To save time over this operation, I append all the last element cursor
in a list and just use them to make the query to reload the page:
query ($user:String!, $str:String!, $str2:String!, $curs:String!) {
user(login: $user) {
repositories(first: 10, ownerAffiliations: OWNER, orderBy: {field: $str, direction: $str2}, after: $curso) {
nodes {
name
isFork
}
edges {
cursor
}
}
}
}
Once we the results after running the respective Queries, they are in a similar but, distinct format.
For example, running the above query for --list
, in a specific iteration with the given variables:
{
"user": "Fifirex"
"str": STARGAZERS
"str2": DESC
"curs": "Y3Vyc29yOnYyOpIAzhP2Lcc="
}
This is the output:
{
"data": {
"user": {
"repositories": {
"nodes": [
{
"name": "my-first-rep",
"isFork": false
},
{
"name": "github-slideshow",
"isFork": false
}
],
"edges": [
{
"cursor": "Y3Vyc29yOnYyOpIAzhP1MMU="
},
{
"cursor": "Y3Vyc29yOnYyOpIAzhMJqqM="
}
]
}
}
}
}
If I store this in a container result
, to navigate to a specific value (say, 2nd Repo name
), I need to use:
name = result["data"]["user"]["repositories"]["nodes"][1]["name"]
# name = "github-slideshow"
This is all about how the code works. I might've missed a couple of points about speed computations, Graph Tangling, pagination, etc. but those were the major issues (learnings, perhaps?) that were faced.
Let's get to the installation now!
NOTE : This is a Unix Executable File, which can be run only on Unix-like OS (Linux or MacOS). For using the file on Windows, you can extract the Python core and convert it to a .exe file, and add it to the PATH in a similar fashion.
NOTE : For API access, we need an access token (mentioned in Section 1). Generate one and add it to the line 8 in the code.

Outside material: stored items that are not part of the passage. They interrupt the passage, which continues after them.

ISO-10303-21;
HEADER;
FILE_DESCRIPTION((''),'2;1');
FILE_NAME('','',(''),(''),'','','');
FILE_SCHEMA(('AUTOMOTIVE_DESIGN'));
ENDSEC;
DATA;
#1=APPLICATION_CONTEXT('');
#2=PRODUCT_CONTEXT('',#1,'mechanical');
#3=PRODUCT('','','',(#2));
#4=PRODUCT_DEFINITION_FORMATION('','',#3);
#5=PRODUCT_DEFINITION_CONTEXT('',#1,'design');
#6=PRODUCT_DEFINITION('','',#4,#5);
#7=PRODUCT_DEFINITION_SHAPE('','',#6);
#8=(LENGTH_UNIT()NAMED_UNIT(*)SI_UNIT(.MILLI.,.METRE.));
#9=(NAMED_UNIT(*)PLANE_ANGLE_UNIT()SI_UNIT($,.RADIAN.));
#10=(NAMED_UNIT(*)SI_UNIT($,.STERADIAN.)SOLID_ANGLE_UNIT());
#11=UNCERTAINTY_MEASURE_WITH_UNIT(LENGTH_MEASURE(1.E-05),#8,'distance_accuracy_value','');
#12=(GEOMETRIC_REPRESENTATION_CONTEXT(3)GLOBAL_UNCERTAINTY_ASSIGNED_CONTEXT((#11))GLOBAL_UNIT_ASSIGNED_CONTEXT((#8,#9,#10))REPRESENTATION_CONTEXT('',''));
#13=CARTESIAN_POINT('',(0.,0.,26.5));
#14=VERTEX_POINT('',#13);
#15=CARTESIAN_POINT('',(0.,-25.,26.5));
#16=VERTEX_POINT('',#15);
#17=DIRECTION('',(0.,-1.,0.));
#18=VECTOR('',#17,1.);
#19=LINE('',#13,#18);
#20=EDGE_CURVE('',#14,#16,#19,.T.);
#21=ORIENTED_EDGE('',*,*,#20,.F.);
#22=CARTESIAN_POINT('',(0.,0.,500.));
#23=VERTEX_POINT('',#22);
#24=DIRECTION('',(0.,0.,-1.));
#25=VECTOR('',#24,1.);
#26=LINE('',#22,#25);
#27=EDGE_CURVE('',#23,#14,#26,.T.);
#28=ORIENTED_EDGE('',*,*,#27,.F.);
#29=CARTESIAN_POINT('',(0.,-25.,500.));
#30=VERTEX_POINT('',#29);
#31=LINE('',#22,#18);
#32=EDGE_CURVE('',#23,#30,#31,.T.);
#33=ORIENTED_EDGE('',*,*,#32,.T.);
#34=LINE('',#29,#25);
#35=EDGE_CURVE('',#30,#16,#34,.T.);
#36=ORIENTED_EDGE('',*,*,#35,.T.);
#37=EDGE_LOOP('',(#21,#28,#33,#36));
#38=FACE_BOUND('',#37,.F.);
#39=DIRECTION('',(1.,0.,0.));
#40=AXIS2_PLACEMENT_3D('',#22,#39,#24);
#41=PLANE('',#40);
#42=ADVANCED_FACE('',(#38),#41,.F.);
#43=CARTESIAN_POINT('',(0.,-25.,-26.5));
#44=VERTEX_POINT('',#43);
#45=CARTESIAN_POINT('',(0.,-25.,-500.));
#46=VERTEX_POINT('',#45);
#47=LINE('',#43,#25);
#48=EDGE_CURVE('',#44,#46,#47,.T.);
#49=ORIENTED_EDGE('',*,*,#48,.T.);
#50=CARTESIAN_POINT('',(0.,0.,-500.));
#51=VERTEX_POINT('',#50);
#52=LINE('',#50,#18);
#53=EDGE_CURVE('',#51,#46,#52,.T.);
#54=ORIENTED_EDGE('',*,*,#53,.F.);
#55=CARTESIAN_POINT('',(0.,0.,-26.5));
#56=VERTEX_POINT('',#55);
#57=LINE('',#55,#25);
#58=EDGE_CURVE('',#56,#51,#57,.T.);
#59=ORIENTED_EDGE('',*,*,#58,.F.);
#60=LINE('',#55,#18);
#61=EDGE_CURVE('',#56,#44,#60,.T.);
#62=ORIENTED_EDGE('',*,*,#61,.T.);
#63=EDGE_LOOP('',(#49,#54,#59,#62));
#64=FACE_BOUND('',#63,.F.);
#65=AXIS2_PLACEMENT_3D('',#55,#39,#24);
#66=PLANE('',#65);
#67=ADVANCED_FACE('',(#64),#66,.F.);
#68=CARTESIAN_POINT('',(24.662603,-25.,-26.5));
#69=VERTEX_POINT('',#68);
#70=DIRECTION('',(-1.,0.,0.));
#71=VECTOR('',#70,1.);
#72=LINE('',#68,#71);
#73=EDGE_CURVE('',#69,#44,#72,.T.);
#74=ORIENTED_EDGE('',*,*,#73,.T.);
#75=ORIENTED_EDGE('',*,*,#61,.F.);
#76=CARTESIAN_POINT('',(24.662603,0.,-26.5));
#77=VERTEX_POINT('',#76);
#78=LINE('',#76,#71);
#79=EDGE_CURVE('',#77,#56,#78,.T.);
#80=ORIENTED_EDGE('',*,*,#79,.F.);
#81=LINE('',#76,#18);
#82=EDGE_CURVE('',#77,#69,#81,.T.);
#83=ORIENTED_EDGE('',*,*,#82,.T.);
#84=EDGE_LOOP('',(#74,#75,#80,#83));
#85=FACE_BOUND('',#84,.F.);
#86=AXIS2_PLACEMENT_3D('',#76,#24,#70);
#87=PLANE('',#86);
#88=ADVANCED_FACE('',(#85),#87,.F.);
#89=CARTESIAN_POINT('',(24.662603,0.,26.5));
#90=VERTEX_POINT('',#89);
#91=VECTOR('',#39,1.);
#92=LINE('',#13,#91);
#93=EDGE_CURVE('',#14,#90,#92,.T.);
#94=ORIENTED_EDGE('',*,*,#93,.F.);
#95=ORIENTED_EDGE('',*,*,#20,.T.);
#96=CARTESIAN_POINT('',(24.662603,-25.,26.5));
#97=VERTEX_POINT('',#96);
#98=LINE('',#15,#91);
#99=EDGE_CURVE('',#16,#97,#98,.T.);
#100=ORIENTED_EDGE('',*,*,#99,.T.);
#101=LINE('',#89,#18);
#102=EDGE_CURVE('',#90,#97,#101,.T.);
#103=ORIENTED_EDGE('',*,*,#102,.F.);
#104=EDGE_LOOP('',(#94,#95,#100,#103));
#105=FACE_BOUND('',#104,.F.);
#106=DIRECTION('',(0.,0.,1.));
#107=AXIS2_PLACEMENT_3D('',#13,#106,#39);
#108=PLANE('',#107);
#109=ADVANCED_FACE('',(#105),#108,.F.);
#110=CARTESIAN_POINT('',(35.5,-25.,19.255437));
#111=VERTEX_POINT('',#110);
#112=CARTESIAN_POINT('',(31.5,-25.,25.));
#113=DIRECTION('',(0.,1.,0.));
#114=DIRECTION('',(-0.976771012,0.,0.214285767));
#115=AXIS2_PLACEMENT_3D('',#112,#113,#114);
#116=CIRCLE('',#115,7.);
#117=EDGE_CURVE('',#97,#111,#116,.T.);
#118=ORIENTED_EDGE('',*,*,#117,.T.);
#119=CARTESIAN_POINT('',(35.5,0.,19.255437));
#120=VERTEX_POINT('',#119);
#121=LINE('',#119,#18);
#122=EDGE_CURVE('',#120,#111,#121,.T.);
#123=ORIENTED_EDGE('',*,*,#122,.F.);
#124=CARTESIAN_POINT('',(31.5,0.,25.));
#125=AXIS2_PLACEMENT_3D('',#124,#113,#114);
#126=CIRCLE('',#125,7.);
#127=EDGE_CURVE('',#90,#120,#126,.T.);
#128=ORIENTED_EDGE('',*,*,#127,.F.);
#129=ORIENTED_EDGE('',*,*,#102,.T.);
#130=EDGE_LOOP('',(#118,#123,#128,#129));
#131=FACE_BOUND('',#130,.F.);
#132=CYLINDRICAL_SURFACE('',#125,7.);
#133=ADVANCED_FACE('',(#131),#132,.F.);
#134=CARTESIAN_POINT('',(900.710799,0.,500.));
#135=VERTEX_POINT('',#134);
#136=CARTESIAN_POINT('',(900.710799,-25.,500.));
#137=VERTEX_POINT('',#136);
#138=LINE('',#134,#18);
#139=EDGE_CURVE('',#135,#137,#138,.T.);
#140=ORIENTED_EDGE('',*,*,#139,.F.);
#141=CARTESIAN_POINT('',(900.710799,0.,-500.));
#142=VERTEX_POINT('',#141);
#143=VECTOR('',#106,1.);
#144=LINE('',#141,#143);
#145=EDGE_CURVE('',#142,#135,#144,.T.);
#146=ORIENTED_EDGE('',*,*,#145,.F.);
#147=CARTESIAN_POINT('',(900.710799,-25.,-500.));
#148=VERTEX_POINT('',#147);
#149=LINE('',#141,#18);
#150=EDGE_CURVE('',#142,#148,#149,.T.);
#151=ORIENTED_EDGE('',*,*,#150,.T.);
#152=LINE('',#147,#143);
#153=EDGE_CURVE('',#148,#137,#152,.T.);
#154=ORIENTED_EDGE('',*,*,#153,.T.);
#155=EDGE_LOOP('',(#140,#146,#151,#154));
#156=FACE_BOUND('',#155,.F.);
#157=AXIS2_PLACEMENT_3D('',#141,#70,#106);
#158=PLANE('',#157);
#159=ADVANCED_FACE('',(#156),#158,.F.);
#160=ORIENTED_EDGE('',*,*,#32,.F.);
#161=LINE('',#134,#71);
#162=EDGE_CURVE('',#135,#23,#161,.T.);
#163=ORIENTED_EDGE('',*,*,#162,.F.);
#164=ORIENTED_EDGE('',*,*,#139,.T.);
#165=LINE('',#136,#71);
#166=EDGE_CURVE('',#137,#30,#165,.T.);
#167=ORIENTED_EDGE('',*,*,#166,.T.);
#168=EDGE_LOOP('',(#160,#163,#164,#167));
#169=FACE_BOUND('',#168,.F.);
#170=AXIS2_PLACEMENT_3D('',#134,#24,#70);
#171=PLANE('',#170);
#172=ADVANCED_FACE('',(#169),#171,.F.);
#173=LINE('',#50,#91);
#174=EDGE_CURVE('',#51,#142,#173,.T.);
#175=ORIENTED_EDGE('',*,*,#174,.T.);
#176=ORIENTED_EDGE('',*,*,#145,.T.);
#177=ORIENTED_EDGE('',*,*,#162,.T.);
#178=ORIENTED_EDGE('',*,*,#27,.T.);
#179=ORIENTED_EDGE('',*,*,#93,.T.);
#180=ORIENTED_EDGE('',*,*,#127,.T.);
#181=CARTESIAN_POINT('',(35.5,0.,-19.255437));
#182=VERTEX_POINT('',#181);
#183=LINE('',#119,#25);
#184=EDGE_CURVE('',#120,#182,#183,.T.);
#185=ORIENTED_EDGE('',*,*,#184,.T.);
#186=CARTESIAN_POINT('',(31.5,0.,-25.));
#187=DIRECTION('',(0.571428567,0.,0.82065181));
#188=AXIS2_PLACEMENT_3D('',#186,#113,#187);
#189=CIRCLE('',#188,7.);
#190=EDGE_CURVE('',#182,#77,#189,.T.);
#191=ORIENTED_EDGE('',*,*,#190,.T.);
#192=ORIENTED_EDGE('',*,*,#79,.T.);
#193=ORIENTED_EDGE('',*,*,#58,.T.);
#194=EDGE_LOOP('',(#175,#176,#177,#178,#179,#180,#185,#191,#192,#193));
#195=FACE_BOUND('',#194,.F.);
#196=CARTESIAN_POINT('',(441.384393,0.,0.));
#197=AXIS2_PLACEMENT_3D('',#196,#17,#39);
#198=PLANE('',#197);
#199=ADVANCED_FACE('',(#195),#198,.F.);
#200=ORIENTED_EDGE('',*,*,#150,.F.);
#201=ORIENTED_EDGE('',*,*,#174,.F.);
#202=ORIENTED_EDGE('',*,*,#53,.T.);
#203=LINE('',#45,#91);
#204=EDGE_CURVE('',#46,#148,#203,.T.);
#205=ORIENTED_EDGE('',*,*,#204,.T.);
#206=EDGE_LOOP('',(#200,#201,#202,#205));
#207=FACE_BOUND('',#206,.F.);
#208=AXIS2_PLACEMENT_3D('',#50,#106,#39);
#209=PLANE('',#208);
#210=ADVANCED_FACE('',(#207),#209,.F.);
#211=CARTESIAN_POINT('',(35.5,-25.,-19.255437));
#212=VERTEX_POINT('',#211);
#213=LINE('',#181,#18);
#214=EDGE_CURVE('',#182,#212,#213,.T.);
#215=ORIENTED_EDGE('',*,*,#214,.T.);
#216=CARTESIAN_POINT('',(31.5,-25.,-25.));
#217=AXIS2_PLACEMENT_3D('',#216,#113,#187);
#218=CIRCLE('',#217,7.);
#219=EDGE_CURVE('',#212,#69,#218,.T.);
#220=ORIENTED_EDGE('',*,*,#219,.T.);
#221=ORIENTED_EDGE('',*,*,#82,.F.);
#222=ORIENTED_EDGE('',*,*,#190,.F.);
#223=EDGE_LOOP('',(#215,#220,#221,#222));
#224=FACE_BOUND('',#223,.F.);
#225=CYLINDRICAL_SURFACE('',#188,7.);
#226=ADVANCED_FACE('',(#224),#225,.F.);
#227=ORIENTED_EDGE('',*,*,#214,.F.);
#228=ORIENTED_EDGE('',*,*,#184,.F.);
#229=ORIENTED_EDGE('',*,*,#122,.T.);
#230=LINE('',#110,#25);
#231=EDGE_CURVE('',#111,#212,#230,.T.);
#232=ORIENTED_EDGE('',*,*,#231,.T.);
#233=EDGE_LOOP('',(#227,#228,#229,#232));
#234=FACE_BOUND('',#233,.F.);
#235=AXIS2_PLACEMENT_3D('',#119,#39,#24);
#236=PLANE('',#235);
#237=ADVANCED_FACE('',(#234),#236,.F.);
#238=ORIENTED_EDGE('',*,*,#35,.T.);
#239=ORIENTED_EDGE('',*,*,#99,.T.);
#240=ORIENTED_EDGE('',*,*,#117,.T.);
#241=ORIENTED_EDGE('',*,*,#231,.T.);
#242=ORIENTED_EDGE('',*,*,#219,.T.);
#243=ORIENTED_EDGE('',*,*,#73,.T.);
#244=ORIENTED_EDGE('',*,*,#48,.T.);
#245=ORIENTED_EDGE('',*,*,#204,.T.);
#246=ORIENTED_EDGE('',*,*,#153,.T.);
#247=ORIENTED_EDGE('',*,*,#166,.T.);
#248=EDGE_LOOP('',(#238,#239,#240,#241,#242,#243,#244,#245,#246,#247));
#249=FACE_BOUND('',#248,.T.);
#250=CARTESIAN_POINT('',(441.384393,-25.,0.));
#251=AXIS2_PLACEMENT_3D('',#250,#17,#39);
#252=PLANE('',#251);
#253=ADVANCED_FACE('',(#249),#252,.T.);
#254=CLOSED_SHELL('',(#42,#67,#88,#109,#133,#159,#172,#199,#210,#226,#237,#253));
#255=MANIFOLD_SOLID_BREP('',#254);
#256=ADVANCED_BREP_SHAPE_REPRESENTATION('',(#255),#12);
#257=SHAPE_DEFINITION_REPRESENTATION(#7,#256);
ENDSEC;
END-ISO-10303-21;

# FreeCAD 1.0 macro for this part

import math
import FreeCAD as App
import Part
import Sketcher

V = App.Vector
Q = App.Units.Quantity

doc = App.newDocument("Part")
body = doc.addObject("PartDesign::Body", "Body")

# Sketch on XZ plane
sketch1 = doc.addObject("Sketcher::SketchObject", "Sketch")
body.addObject(sketch1)
sketch1.AttachmentSupport = (doc.XZ_Plane, [""])
sketch1.MapMode = "FlatFace"
sketch1.addGeometry(Part.LineSegment(V(901, 500, 0), V(0, 500, 0)), False)
sketch1.addGeometry(Part.LineSegment(V(0, 500, 0), V(0, 26, 0)), False)
sketch1.addGeometry(Part.LineSegment(V(0, 26, 0), V(25, 26, 0)), False)
sketch1.addGeometry(Part.ArcOfCircle(Part.Circle(V(32, 25, 0), V(0, 0, 1), 7), math.radians(-55), math.radians(168)), False)
sketch1.addGeometry(Part.LineSegment(V(36, 19, 0), V(36, -19, 0)), False)
sketch1.addGeometry(Part.ArcOfCircle(Part.Circle(V(32, -25, 0), V(0, 0, 1), 7), math.radians(-168), math.radians(55)), False)
sketch1.addGeometry(Part.LineSegment(V(25, -26, 0), V(0, -26, 0)), False)
sketch1.addGeometry(Part.LineSegment(V(0, -26, 0), V(0, -500, 0)), False)
sketch1.addGeometry(Part.LineSegment(V(0, -500, 0), V(901, -500, 0)), False)
sketch1.addGeometry(Part.LineSegment(V(901, -500, 0), V(901, 500, 0)), False)
sketch1.addConstraint(Sketcher.Constraint("Coincident", 0, 2, 1, 1))
sketch1.addConstraint(Sketcher.Constraint("Coincident", 1, 2, 2, 1))
sketch1.addConstraint(Sketcher.Constraint("Coincident", 2, 2, 3, 2))
sketch1.addConstraint(Sketcher.Constraint("Coincident", 3, 1, 4, 1))
sketch1.addConstraint(Sketcher.Constraint("Coincident", 4, 2, 5, 2))
sketch1.addConstraint(Sketcher.Constraint("Coincident", 5, 1, 6, 1))
sketch1.addConstraint(Sketcher.Constraint("Coincident", 6, 2, 7, 1))
sketch1.addConstraint(Sketcher.Constraint("Coincident", 7, 2, 8, 1))
sketch1.addConstraint(Sketcher.Constraint("Coincident", 8, 2, 9, 1))
sketch1.addConstraint(Sketcher.Constraint("Coincident", 9, 2, 0, 1))
sketch1.addConstraint(Sketcher.Constraint("Horizontal", 0))
sketch1.addConstraint(Sketcher.Constraint("Vertical", 1))
sketch1.addConstraint(Sketcher.Constraint("Horizontal", 2))
sketch1.addConstraint(Sketcher.Constraint("Vertical", 4))
sketch1.addConstraint(Sketcher.Constraint("Horizontal", 6))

First, we need th code. Clone the repository into a Directory of your choice using
git clone https://github.com/Fifirex/KOSS-Selections-API.git
Once we have the executable file, just typing ./FifiGit
while in the Directory will run the program. To make it a true CLI, we need meddle with the $PATH
.
First, make a temporary bin
which will then be added to the PATH
$ mkdir -p ~/bin
$ cp FifiGit ~/bin
$ export PATH=$PATH":$HOME/bin"
This creates a copy of the file in the $PATH
and now you can run it by just,
$ FifiGit Fifirex -u
>
> ...
Pretty neat, eh?
To go a step further, where we can run this command from anywhere in the system and don't have to PATH
it again and again, we can change the ~/.bash_profile
to echo
the above commands everytime Terminal is run.

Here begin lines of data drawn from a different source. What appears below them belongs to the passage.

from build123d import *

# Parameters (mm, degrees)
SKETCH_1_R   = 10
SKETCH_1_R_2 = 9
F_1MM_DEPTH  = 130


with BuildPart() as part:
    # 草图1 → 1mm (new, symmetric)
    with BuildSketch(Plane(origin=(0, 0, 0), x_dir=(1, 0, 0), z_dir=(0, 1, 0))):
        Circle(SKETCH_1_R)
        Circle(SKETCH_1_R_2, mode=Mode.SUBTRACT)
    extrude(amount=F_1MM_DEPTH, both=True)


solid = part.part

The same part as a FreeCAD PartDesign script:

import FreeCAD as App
import Part
import Sketcher

V = App.Vector
Q = App.Units.Quantity

doc = App.newDocument("Part")
body = doc.addObject("PartDesign::Body", "Body")

# Sketch on XZ plane
sketch1 = doc.addObject("Sketcher::SketchObject", "Sketch")
body.addObject(sketch1)
sketch1.AttachmentSupport = (doc.XZ_Plane, [""])
sketch1.MapMode = "FlatFace"
sketch1.addGeometry([
    Part.Circle(V(0, 0, 0), V(0, 0, 1), 10),
    Part.Circle(V(0, 0, 0), V(0, 0, 1), 9),
], False)
sketch1.addConstraint([
    Sketcher.Constraint("Coincident", 0, 3, -1, 1),
    Sketcher.Constraint("Coincident", 1, 3, -1, 1),
    Sketcher.Constraint("Diameter", 0, Q("20 mm")),
    Sketcher.Constraint("Diameter", 1, Q("18 mm")),
])
pad1 = doc.addObject("PartDesign::Pad", "Pad")
body.addObject(pad1)
pad1.Profile = sketch1
pad1.Length = 260
pad1.Midplane = True

doc.recompute()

To do that, we edit the ~/.bash_profile
$ open -e .bash_profile
This opens the file in TextEdit, now just add the following line at the end of the file
export PATH=$PATH":$HOME/bin"
Go to the home directory and source .bash_profile
to update the changes.
$ cd ~
$ source .bash_profile
and Voilà!
now you can run the file from anywhere on the system by just typing FifiGit
with the format mentioned above on your Terminal.